## Task to carry out
Output, without any change, the listing below from its opening line up to and including the line with "#15=CARTESIAN_POINT('',(0.,0.,-2.5));".

## Input data
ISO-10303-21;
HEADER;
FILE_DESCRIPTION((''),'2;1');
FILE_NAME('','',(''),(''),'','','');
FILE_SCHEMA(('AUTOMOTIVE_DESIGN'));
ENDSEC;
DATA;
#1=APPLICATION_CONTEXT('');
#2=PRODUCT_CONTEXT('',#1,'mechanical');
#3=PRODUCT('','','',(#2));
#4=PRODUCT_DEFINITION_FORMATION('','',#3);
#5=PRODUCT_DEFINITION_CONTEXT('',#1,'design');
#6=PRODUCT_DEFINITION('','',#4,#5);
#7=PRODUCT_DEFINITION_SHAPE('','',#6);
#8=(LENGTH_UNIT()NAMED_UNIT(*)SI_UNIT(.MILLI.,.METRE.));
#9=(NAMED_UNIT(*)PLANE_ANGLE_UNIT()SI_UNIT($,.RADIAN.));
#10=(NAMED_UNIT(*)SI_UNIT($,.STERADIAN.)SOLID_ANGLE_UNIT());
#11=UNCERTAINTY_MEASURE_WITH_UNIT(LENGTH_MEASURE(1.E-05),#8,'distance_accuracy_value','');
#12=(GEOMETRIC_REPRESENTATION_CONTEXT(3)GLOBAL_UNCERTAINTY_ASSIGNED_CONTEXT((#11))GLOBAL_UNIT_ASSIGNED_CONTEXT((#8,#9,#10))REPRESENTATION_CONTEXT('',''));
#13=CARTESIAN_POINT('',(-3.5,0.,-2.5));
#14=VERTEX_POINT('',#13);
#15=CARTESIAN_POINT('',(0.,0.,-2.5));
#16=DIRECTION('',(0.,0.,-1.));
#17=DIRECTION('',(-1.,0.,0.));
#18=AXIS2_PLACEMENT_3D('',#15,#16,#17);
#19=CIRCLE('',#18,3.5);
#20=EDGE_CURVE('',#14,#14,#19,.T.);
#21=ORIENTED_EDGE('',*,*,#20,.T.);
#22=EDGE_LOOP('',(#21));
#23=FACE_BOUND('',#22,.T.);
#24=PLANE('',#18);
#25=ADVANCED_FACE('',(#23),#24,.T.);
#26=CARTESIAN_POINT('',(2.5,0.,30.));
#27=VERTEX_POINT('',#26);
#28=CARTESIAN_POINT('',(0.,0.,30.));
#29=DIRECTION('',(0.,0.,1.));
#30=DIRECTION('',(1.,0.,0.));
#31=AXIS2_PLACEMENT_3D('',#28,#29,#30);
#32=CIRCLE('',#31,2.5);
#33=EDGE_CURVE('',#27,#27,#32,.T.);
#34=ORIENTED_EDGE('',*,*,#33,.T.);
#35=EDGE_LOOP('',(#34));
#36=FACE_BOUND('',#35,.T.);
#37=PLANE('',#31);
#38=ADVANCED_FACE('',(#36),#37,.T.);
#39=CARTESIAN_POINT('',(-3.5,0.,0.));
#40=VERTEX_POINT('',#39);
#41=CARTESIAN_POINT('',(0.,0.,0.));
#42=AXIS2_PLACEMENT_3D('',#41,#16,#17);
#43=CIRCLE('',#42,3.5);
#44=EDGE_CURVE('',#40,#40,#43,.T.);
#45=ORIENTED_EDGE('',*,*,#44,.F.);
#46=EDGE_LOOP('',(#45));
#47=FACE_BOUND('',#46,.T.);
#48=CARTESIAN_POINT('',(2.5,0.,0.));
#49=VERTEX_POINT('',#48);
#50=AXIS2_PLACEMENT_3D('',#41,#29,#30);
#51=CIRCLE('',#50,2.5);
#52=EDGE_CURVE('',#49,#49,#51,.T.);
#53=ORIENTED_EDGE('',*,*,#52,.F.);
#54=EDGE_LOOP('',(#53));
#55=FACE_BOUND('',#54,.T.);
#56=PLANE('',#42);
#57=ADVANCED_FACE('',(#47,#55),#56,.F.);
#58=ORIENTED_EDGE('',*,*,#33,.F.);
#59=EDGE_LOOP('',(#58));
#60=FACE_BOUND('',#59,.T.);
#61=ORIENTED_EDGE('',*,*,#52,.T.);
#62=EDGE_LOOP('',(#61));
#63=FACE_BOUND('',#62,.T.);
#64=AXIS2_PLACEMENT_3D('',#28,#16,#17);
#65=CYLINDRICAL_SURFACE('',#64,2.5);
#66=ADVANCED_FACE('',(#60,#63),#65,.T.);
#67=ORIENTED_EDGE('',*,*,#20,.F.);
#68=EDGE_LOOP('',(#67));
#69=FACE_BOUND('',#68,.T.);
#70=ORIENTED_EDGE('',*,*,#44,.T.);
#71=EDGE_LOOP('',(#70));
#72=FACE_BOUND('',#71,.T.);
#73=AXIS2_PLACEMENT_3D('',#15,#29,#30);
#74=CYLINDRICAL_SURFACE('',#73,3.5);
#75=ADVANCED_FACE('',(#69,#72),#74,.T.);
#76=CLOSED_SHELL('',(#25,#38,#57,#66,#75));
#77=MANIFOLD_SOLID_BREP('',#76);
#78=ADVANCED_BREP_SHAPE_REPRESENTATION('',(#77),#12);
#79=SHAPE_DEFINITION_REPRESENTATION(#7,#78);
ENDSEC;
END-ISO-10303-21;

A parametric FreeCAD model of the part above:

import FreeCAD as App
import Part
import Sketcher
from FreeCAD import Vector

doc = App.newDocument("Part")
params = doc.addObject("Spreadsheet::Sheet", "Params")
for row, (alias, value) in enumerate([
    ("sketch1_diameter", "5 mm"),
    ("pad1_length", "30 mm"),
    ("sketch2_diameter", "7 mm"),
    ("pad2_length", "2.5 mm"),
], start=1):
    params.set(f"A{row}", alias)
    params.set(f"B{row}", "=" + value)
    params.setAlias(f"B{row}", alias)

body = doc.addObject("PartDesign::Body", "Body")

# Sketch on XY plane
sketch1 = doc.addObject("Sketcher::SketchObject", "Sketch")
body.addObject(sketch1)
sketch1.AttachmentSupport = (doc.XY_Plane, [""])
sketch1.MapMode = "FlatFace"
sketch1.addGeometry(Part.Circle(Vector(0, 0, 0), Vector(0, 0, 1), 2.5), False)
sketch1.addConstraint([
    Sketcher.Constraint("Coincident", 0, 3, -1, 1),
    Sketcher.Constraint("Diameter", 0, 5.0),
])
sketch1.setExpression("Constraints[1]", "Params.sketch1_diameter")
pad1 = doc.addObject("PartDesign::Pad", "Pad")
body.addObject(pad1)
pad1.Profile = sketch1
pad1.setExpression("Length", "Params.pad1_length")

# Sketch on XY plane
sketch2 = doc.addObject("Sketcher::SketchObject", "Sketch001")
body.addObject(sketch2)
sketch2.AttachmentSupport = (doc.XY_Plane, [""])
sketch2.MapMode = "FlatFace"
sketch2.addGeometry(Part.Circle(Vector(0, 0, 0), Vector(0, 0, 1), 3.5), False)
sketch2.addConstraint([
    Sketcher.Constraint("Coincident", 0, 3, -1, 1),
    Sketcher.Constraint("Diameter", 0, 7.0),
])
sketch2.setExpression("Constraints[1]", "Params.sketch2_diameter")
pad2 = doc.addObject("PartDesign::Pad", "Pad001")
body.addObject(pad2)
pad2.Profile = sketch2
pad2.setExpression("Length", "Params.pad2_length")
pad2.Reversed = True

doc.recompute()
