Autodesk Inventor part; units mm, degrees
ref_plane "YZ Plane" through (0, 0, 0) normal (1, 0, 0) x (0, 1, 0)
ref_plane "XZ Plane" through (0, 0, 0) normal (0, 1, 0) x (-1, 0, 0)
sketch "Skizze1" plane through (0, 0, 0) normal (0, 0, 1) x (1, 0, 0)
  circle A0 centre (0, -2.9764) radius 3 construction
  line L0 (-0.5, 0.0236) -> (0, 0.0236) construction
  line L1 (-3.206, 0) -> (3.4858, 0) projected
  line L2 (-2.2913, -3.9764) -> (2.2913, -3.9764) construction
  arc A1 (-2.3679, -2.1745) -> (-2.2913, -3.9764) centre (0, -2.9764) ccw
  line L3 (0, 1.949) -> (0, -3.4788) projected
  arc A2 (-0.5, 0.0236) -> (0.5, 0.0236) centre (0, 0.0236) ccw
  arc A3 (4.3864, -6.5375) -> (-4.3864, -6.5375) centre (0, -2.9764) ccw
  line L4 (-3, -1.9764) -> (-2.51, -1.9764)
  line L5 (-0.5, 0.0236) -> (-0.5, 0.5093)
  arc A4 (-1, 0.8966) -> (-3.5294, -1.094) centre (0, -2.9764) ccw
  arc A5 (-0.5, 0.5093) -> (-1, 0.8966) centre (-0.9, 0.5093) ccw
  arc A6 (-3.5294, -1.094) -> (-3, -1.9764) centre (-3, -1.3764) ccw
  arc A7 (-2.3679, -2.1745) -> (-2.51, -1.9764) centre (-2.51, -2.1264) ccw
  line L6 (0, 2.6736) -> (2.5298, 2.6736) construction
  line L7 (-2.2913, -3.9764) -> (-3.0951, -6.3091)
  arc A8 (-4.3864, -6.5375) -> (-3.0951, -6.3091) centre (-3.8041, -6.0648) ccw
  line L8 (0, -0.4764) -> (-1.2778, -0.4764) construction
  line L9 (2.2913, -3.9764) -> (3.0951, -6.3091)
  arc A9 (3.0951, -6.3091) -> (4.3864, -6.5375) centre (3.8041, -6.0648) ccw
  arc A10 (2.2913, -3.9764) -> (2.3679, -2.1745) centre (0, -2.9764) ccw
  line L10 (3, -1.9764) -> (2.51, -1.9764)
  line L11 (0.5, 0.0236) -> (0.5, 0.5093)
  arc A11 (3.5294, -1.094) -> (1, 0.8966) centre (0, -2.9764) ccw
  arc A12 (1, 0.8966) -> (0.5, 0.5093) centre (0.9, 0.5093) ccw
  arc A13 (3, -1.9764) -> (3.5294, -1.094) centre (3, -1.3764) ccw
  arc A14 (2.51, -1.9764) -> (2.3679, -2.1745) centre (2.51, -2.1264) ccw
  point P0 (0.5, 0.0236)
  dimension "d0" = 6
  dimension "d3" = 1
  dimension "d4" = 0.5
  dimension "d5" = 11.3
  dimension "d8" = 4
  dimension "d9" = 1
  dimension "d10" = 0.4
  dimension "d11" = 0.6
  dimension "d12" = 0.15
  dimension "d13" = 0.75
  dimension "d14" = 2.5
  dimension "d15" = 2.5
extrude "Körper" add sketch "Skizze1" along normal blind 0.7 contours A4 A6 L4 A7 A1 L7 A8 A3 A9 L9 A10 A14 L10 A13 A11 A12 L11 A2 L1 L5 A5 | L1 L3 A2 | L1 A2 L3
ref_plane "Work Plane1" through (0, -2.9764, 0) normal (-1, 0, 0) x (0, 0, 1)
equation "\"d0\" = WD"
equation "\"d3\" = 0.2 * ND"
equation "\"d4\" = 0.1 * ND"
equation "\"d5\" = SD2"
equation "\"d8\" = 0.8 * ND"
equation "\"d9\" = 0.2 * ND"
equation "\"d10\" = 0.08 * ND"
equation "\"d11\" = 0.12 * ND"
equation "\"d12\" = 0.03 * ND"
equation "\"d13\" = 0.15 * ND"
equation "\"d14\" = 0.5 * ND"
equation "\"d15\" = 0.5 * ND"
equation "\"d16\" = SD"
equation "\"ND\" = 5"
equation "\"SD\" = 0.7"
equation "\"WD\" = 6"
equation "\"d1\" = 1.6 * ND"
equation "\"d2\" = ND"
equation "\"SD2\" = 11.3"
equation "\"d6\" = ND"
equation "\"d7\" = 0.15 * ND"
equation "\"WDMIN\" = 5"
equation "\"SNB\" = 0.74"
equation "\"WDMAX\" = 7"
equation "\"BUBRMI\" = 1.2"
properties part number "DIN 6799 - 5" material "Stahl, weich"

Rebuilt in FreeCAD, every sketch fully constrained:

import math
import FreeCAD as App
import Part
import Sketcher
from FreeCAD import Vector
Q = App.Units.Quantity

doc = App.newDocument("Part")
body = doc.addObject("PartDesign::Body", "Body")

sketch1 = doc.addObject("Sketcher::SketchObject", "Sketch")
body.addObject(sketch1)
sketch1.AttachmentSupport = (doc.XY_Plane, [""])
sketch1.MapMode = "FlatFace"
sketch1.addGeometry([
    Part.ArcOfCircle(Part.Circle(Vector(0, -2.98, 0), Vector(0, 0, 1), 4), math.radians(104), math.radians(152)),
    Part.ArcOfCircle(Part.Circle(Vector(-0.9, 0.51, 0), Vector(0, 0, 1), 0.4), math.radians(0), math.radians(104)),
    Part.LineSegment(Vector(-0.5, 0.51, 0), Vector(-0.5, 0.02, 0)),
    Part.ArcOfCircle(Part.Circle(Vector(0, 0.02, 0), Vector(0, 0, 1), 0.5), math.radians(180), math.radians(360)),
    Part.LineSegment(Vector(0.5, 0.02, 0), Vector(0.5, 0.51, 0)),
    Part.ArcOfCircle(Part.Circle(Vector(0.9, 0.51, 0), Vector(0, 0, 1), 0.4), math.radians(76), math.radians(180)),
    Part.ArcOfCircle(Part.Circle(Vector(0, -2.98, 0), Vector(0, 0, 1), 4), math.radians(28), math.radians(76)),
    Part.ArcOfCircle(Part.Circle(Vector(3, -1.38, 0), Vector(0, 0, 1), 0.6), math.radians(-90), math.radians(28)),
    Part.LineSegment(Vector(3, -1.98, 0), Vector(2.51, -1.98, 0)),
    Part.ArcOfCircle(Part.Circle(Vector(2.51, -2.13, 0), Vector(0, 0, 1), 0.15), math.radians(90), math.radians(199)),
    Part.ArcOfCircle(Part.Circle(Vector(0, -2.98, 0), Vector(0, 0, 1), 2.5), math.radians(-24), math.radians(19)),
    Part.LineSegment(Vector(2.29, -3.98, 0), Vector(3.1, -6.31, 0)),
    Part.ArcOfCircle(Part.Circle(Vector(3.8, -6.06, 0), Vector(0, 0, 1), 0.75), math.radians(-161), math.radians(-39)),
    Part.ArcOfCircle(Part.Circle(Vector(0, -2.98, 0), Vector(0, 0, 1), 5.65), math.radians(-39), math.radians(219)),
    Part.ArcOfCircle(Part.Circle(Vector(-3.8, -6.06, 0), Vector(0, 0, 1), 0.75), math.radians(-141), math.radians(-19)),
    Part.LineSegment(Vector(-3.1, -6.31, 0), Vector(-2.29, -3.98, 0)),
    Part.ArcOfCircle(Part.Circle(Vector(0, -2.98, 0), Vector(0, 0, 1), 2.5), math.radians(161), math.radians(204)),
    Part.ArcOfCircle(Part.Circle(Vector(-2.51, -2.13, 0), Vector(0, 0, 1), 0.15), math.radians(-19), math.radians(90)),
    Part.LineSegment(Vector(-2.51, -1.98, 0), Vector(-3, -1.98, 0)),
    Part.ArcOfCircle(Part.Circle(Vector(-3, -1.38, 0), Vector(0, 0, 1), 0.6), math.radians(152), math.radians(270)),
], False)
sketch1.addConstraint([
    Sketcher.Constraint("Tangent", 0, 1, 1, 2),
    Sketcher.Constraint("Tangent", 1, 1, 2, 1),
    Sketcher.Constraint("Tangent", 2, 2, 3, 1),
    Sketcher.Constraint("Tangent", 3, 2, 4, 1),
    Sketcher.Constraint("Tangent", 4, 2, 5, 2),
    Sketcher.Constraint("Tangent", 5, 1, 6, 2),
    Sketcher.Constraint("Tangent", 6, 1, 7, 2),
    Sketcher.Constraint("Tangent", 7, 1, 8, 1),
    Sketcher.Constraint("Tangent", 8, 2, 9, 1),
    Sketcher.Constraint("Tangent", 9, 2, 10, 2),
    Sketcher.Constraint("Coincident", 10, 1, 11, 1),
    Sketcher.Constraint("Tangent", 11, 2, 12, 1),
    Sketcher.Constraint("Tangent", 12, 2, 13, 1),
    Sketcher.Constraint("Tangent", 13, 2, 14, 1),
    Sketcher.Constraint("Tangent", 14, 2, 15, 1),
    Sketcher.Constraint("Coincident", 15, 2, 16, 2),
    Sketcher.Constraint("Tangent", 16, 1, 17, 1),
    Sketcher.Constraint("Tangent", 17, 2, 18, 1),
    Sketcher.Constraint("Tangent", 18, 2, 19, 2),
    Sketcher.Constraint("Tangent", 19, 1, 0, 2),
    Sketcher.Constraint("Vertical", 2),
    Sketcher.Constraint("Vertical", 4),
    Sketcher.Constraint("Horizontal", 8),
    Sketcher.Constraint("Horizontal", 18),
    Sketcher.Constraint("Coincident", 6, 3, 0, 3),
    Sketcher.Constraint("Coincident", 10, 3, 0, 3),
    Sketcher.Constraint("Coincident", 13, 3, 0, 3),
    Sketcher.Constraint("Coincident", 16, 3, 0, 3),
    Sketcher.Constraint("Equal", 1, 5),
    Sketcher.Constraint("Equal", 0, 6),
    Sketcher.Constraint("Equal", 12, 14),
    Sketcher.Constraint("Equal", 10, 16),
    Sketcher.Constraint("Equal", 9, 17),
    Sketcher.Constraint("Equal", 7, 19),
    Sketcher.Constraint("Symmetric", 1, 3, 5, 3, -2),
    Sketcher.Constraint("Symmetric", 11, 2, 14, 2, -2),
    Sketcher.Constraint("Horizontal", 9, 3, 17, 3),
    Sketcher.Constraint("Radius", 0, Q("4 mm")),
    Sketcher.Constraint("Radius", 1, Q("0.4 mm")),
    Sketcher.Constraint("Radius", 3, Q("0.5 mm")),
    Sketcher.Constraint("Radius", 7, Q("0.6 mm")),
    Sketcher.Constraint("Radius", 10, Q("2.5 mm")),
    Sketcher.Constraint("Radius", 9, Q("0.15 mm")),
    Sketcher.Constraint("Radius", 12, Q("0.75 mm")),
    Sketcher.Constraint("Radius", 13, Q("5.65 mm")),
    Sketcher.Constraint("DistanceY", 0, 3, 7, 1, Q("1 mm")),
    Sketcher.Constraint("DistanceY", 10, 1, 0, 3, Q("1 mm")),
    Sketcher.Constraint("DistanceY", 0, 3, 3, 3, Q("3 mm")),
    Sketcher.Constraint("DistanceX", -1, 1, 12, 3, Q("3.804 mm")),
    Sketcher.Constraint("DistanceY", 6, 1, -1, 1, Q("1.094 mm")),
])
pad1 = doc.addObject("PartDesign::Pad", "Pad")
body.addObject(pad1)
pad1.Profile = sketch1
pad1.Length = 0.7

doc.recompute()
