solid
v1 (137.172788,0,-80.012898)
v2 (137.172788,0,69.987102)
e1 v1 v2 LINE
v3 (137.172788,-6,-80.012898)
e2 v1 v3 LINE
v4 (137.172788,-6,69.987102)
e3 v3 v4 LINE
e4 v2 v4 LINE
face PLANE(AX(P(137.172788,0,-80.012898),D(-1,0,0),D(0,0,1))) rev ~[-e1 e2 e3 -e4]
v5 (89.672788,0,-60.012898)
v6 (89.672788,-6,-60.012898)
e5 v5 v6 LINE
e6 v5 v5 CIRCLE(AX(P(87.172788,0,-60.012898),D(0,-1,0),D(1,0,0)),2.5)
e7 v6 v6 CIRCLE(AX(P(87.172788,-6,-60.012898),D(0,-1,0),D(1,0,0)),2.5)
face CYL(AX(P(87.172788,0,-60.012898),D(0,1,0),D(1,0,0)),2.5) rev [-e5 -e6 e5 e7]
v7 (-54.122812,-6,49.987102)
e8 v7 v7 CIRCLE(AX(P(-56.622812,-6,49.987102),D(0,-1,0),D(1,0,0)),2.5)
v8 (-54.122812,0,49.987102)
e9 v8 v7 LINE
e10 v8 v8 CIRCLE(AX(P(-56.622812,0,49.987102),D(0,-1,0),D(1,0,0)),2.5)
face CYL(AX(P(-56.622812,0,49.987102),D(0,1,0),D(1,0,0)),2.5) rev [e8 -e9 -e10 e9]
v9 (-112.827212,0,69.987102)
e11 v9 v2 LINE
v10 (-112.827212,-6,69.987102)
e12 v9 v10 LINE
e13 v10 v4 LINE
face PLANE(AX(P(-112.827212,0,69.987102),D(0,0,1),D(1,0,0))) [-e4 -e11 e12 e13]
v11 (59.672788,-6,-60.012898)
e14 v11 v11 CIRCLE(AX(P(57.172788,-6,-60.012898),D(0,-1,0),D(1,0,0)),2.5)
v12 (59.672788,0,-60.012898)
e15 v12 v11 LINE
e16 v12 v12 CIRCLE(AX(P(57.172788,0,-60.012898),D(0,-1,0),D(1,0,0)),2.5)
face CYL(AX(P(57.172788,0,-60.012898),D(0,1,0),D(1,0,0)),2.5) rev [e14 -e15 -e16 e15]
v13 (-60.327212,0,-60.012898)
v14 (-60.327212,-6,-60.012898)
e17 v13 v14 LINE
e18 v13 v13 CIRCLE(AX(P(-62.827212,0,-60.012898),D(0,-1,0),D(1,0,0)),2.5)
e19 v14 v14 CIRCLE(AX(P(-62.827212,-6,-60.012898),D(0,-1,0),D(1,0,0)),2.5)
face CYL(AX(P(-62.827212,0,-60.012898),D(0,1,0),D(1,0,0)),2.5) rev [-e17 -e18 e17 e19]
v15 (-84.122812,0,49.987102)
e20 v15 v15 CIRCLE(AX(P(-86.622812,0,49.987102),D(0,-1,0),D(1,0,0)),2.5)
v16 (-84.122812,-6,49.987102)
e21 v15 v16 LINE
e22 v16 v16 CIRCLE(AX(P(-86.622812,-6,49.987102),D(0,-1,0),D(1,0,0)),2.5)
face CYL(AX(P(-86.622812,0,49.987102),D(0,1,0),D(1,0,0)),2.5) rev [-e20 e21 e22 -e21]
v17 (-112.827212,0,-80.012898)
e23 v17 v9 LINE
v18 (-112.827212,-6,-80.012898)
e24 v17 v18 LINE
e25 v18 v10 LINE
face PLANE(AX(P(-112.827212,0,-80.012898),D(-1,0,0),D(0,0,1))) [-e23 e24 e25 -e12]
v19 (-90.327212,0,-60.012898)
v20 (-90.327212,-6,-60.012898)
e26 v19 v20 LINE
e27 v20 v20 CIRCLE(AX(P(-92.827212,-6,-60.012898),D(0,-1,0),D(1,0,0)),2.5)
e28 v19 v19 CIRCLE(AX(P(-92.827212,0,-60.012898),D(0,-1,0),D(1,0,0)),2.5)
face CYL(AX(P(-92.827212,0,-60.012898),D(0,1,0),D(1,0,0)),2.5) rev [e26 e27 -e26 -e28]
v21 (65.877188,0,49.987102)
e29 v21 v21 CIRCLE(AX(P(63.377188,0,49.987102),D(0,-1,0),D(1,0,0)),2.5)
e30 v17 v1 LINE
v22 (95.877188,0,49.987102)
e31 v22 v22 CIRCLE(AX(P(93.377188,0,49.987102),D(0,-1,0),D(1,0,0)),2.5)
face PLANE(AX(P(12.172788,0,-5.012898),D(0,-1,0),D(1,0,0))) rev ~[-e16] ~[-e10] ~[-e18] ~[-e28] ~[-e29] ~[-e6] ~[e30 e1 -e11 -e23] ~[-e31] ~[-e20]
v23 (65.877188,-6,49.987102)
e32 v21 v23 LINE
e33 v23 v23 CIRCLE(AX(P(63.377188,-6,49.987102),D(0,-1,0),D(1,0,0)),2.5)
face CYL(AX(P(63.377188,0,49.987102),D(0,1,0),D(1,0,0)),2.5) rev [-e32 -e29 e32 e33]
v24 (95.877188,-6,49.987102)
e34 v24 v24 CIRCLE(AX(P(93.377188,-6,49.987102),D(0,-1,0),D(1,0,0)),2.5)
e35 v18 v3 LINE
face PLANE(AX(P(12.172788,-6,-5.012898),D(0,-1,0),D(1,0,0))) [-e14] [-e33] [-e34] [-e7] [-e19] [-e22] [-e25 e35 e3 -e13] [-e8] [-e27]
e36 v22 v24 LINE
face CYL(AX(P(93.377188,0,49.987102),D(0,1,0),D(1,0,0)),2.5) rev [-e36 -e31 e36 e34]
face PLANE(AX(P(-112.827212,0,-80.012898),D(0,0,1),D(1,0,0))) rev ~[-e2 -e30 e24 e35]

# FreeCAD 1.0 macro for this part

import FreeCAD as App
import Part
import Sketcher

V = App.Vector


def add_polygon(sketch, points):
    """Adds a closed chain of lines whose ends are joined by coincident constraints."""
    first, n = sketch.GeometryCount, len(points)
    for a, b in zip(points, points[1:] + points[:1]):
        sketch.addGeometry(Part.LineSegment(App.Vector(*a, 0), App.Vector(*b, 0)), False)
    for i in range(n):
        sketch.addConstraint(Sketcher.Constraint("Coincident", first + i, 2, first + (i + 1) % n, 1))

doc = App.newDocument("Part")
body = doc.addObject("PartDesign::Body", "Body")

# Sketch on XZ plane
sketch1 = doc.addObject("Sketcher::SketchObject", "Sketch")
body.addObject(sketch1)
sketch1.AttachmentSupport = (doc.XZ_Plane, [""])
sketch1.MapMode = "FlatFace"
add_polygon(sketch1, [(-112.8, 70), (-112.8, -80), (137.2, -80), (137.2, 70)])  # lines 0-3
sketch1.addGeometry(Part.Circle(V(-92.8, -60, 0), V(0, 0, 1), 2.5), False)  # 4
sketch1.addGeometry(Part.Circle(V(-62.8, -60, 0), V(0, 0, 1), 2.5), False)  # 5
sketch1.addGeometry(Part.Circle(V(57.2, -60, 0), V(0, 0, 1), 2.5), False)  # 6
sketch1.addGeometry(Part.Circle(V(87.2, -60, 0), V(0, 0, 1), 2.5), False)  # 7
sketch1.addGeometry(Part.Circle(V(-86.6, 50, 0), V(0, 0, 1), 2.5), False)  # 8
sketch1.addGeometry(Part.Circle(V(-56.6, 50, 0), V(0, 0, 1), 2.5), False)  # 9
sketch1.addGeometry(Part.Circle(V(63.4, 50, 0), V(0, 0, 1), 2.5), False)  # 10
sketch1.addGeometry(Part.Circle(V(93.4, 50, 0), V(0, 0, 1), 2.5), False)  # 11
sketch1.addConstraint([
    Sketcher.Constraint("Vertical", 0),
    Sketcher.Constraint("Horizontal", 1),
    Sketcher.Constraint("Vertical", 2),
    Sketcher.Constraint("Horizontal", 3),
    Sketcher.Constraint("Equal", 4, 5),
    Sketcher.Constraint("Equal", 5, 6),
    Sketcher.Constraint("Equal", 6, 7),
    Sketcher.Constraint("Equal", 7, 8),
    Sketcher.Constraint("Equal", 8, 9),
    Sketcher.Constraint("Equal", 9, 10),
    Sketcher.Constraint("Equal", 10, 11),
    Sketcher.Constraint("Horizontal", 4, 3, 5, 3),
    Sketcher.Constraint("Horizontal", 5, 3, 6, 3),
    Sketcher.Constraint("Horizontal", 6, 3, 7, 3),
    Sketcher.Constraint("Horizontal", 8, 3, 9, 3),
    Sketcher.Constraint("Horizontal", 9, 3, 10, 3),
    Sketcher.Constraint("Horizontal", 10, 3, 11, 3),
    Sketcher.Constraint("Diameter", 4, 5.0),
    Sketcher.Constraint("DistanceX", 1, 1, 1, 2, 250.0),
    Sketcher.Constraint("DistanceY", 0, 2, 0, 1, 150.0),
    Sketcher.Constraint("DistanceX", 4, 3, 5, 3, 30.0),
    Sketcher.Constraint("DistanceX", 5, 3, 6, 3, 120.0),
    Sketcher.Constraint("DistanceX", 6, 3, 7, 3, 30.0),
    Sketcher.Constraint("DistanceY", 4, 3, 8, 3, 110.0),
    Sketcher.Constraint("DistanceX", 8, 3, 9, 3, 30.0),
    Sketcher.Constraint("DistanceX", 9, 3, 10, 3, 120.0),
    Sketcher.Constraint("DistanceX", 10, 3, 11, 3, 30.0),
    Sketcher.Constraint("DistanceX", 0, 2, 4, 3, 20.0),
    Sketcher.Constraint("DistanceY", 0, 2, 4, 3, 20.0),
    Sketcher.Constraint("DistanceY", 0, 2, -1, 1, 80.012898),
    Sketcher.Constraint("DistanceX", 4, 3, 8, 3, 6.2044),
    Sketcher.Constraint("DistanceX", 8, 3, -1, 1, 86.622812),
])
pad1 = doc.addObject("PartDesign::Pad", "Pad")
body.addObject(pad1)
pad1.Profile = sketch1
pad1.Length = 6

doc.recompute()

## Finished exercise
ISO-10303-21;
HEADER;
FILE_DESCRIPTION((''),'2;1');
FILE_NAME('','',(''),(''),'','','');
FILE_SCHEMA(('AUTOMOTIVE_DESIGN'));
ENDSEC;
DATA;
#1=APPLICATION_CONTEXT('');
#2=PRODUCT_CONTEXT('',#1,'mechanical');
#3=PRODUCT('','','',(#2));
#4=PRODUCT_DEFINITION_FORMATION('','',#3);
#5=PRODUCT_DEFINITION_CONTEXT('',#1,'design');
#6=PRODUCT_DEFINITION('','',#4,#5);
#7=PRODUCT_DEFINITION_SHAPE('','',#6);
#8=(LENGTH_UNIT()NAMED_UNIT(*)SI_UNIT(.MILLI.,.METRE.));
#9=(NAMED_UNIT(*)PLANE_ANGLE_UNIT()SI_UNIT($,.RADIAN.));
#10=(NAMED_UNIT(*)SI_UNIT($,.STERADIAN.)SOLID_ANGLE_UNIT());
#11=UNCERTAINTY_MEASURE_WITH_UNIT(LENGTH_MEASURE(1.E-05),#8,'distance_accuracy_value','');
#12=(GEOMETRIC_REPRESENTATION_CONTEXT(3)GLOBAL_UNCERTAINTY_ASSIGNED_CONTEXT((#11))GLOBAL_UNIT_ASSIGNED_CONTEXT((#8,#9,#10))REPRESENTATION_CONTEXT('',''));
#13=CARTESIAN_POINT('',(-3.5,0.,-2.5));
#14=VERTEX_POINT('',#13);
#15=CARTESIAN_POINT('',(0.,0.,-2.5));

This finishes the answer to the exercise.